#### Required action:
Copy, word for word, the lines of the entries below between the one with "circle A54 centre (55, 65)" and the one with "point P9 (0, 95)", inclusive, and leave out everything else.

┏━━

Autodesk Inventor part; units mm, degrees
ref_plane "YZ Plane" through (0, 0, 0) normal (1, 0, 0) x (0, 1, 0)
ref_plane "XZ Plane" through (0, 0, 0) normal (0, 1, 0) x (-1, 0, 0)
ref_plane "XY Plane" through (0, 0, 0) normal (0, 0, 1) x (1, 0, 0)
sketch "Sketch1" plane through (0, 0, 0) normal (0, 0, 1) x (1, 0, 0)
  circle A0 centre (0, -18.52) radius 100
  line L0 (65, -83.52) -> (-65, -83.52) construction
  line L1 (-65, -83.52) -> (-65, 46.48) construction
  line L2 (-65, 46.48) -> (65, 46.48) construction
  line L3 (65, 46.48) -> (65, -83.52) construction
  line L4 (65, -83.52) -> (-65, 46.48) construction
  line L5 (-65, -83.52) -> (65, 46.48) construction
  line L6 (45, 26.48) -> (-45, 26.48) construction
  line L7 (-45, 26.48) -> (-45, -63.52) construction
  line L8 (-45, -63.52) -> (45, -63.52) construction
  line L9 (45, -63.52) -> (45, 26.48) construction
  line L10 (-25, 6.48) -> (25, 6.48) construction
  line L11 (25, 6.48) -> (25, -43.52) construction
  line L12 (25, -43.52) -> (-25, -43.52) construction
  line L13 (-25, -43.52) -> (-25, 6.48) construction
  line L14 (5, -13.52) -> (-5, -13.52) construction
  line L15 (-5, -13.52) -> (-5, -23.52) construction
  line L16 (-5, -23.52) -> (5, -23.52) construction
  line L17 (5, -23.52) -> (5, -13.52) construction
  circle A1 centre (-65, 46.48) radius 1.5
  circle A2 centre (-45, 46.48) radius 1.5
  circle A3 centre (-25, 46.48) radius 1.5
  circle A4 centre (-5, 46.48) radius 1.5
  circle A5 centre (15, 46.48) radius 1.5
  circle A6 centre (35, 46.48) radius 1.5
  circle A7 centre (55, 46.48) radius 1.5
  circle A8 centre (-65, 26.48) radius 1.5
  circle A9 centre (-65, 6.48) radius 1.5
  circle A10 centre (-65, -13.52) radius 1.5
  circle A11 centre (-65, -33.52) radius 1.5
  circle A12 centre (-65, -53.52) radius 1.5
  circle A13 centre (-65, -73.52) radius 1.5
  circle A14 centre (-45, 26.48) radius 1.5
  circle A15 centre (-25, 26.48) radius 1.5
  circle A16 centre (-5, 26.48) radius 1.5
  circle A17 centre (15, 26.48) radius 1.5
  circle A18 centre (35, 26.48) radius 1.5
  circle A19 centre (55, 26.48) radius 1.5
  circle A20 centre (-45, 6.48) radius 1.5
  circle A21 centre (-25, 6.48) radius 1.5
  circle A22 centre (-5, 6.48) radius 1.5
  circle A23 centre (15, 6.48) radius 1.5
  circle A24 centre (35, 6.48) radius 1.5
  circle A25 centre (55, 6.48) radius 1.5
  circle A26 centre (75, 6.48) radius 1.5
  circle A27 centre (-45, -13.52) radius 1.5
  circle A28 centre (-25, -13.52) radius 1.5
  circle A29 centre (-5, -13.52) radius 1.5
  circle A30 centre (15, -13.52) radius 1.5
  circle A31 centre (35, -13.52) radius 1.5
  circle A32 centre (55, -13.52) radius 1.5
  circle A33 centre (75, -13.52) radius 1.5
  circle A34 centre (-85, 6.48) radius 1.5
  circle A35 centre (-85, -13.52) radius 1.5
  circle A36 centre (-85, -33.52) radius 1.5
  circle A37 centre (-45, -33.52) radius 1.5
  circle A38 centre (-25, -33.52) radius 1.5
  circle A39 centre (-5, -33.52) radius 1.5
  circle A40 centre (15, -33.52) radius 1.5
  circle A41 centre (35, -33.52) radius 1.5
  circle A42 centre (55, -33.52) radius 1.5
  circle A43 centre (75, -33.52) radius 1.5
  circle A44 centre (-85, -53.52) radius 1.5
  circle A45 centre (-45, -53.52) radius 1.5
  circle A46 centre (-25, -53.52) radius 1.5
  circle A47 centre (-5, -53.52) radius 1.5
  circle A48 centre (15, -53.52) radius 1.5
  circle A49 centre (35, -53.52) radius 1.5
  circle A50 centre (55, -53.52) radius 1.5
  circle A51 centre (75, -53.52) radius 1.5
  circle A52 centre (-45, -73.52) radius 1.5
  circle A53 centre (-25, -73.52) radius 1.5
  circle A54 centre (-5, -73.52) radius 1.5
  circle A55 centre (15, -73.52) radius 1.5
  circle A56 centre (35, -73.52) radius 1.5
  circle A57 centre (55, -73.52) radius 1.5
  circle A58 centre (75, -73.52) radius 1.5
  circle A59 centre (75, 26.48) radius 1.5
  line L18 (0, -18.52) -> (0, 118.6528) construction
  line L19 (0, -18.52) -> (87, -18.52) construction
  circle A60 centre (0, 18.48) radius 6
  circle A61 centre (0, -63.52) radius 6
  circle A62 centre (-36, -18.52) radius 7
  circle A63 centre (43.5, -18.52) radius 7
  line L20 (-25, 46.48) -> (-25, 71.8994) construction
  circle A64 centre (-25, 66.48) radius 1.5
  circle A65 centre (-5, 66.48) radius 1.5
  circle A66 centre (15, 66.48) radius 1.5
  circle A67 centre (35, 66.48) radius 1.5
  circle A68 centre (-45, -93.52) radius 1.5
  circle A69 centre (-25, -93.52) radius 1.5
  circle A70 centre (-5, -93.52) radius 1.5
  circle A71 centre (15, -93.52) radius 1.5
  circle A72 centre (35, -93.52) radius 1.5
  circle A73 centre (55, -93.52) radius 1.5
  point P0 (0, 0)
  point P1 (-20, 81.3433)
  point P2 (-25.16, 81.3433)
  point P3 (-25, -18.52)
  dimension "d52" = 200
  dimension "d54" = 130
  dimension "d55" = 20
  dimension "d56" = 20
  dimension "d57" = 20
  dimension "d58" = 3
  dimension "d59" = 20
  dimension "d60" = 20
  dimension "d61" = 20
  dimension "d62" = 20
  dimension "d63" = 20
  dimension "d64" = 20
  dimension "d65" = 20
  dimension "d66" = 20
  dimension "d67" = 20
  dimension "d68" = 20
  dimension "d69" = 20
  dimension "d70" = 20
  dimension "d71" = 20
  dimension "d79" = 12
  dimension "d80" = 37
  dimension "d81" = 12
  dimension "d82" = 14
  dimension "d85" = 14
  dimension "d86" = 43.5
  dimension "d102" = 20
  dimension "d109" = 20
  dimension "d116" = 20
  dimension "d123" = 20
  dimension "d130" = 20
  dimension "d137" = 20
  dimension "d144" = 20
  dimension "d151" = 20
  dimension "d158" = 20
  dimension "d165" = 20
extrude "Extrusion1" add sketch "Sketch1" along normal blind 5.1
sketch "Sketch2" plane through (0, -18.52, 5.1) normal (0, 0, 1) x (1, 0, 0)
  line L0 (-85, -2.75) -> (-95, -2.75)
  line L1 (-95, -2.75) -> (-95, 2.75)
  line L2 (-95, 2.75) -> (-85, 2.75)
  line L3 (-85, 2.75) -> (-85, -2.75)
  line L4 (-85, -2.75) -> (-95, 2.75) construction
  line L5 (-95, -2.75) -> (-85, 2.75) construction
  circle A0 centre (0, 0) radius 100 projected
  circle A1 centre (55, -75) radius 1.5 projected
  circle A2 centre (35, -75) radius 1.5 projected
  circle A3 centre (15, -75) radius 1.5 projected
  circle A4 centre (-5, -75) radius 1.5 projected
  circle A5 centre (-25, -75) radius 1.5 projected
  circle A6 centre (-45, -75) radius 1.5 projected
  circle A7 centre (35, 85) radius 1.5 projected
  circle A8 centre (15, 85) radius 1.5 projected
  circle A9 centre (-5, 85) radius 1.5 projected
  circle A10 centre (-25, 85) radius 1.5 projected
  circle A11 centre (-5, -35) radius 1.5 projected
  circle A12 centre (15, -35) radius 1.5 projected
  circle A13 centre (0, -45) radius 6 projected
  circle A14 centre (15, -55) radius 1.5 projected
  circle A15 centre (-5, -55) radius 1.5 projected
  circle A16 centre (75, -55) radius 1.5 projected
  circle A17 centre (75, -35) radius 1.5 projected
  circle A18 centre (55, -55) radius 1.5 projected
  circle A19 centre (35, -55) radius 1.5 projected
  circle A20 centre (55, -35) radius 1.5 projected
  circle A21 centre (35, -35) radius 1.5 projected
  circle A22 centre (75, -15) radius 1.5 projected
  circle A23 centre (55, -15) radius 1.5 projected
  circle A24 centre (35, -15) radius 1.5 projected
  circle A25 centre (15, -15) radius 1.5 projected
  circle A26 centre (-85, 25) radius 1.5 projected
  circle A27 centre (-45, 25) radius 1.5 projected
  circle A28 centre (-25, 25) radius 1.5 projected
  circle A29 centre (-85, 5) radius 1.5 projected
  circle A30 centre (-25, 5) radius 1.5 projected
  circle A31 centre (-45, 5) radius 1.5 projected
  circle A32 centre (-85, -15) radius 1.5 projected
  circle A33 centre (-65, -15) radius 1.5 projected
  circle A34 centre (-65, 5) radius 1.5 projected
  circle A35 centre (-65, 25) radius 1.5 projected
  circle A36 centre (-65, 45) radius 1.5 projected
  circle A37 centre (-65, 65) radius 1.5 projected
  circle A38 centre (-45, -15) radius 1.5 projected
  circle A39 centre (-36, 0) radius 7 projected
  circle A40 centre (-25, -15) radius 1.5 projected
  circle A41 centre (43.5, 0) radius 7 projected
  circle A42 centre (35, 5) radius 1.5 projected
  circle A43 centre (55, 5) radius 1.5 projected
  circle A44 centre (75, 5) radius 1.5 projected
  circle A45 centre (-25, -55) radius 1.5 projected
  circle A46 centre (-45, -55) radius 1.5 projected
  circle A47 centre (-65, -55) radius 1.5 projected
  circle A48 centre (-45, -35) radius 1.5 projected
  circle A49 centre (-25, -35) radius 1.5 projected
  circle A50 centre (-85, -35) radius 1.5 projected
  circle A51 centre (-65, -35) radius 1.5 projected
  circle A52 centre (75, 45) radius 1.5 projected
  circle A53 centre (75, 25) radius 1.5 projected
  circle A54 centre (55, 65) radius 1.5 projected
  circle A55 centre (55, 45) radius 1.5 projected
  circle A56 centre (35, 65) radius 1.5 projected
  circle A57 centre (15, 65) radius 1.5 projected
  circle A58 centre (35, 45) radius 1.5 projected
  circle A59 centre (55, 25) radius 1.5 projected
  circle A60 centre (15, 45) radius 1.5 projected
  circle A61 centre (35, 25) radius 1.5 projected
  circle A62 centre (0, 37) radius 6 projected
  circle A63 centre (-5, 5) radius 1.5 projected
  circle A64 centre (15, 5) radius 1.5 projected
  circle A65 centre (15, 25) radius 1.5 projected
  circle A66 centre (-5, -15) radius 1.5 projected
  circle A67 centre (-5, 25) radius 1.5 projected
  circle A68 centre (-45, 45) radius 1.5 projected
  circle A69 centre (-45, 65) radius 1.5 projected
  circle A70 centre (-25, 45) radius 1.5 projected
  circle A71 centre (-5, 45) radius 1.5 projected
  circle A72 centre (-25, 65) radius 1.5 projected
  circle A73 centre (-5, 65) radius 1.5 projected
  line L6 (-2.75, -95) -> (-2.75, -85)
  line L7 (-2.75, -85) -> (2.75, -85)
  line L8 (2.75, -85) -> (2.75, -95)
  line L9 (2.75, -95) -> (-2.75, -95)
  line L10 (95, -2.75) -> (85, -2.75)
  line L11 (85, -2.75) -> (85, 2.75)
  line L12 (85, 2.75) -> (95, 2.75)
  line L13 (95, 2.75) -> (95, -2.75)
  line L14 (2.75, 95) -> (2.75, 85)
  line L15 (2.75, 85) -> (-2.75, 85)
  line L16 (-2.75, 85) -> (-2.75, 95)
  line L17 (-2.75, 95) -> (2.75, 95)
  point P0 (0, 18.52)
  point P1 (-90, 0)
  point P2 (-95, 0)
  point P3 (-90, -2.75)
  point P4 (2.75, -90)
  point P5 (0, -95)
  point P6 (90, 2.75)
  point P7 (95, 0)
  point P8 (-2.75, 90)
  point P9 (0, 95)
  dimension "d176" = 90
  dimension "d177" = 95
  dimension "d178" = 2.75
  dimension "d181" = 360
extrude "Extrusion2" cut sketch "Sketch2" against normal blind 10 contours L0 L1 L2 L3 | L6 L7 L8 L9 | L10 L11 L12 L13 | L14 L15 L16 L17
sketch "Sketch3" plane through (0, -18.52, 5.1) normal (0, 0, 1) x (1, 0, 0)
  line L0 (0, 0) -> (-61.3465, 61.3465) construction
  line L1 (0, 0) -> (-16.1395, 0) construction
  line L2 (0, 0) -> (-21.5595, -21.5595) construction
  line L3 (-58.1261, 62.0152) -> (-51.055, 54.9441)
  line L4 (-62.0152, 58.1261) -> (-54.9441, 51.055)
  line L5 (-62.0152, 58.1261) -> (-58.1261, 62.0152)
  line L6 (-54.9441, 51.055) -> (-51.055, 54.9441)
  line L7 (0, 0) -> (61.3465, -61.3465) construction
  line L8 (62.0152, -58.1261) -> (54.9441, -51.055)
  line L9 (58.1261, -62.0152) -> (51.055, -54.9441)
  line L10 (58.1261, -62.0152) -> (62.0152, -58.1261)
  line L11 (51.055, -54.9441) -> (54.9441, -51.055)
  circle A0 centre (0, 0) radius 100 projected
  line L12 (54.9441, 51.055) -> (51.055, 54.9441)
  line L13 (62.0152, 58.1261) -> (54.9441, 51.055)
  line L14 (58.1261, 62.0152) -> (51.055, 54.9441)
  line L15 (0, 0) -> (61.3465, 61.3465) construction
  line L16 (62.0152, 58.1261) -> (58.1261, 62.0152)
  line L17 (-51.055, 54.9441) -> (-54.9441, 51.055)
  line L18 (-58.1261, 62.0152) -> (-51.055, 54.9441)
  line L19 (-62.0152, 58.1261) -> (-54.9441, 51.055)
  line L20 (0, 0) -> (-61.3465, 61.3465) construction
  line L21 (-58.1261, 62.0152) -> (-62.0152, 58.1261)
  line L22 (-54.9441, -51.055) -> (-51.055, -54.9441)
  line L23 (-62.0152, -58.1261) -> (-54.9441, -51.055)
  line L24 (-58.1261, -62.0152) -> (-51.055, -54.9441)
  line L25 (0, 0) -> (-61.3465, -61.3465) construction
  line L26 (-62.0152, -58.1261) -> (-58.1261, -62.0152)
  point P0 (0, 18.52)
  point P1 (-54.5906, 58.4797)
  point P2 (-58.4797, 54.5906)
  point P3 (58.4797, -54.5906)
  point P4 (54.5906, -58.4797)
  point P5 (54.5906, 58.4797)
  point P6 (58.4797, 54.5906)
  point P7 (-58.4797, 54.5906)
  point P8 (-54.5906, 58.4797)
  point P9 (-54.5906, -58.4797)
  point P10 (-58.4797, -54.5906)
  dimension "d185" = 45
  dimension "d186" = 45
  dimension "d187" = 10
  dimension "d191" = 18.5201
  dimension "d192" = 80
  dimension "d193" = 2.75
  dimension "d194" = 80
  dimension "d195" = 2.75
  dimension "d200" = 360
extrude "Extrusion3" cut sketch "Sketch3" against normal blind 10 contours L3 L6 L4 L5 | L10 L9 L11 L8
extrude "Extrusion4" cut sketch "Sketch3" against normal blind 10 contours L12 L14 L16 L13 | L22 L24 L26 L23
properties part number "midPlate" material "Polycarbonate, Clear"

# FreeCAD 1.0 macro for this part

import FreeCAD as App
import Part
import Sketcher

V = App.Vector
Q = App.Units.Quantity


def add_polygon(sketch, points):
    """Adds a closed chain of lines whose ends are joined by coincident constraints."""
    first, n = sketch.GeometryCount, len(points)
    for a, b in zip(points, points[1:] + points[:1]):
        sketch.addGeometry(Part.LineSegment(App.Vector(*a, 0), App.Vector(*b, 0)), False)
    for i in range(n):
        sketch.addConstraint(Sketcher.Constraint("Coincident", first + i, 2, first + (i + 1) % n, 1))

doc = App.newDocument("Part")
params = doc.addObject("Spreadsheet::Sheet", "Params")
for row, (alias, value) in enumerate([
    ("sketch1_diameter", "200 mm"),
    ("sketch1_diameter2", "3 mm"),
    ("sketch1_diameter3", "12 mm"),
    ("sketch1_diameter4", "14 mm"),
    ("pad1_length", "5.1 mm"),
    ("sketch2_width", "10 mm"),
    ("pocket1_length", "10 mm"),
    ("sketch3_length", "10 mm"),
    ("sketch3_length2", "5.5 mm"),
    ("pocket2_length", "10 mm"),
    ("sketch4_length", "10 mm"),
    ("sketch4_length2", "5.5 mm"),
    ("pocket3_length", "10 mm"),
], start=1):
    params.set(f"A{row}", alias)
    params.set(f"B{row}", "=" + value)
    params.setAlias(f"B{row}", alias)

body = doc.addObject("PartDesign::Body", "Body")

┗━━

#### Answer to this task:
  circle A54 centre (55, 65) radius 1.5 projected
  circle A55 centre (55, 45) radius 1.5 projected
  circle A56 centre (35, 65) radius 1.5 projected
  circle A57 centre (15, 65) radius 1.5 projected
  circle A58 centre (35, 45) radius 1.5 projected
  circle A59 centre (55, 25) radius 1.5 projected
  circle A60 centre (15, 45) radius 1.5 projected
  circle A61 centre (35, 25) radius 1.5 projected
  circle A62 centre (0, 37) radius 6 projected
  circle A63 centre (-5, 5) radius 1.5 projected
  circle A64 centre (15, 5) radius 1.5 projected
  circle A65 centre (15, 25) radius 1.5 projected
  circle A66 centre (-5, -15) radius 1.5 projected
  circle A67 centre (-5, 25) radius 1.5 projected
  circle A68 centre (-45, 45) radius 1.5 projected
  circle A69 centre (-45, 65) radius 1.5 projected
  circle A70 centre (-25, 45) radius 1.5 projected
  circle A71 centre (-5, 45) radius 1.5 projected
  circle A72 centre (-25, 65) radius 1.5 projected
  circle A73 centre (-5, 65) radius 1.5 projected
  line L6 (-2.75, -95) -> (-2.75, -85)
  line L7 (-2.75, -85) -> (2.75, -85)
  line L8 (2.75, -85) -> (2.75, -95)
  line L9 (2.75, -95) -> (-2.75, -95)
  line L10 (95, -2.75) -> (85, -2.75)
  line L11 (85, -2.75) -> (85, 2.75)
  line L12 (85, 2.75) -> (95, 2.75)
  line L13 (95, 2.75) -> (95, -2.75)
  line L14 (2.75, 95) -> (2.75, 85)
  line L15 (2.75, 85) -> (-2.75, 85)
  line L16 (-2.75, 85) -> (-2.75, 95)
  line L17 (-2.75, 95) -> (2.75, 95)
  point P0 (0, 18.52)
  point P1 (-90, 0)
  point P2 (-95, 0)
  point P3 (-90, -2.75)
  point P4 (2.75, -90)
  point P5 (0, -95)
  point P6 (90, 2.75)
  point P7 (95, 0)
  point P8 (-2.75, 90)
  point P9 (0, 95)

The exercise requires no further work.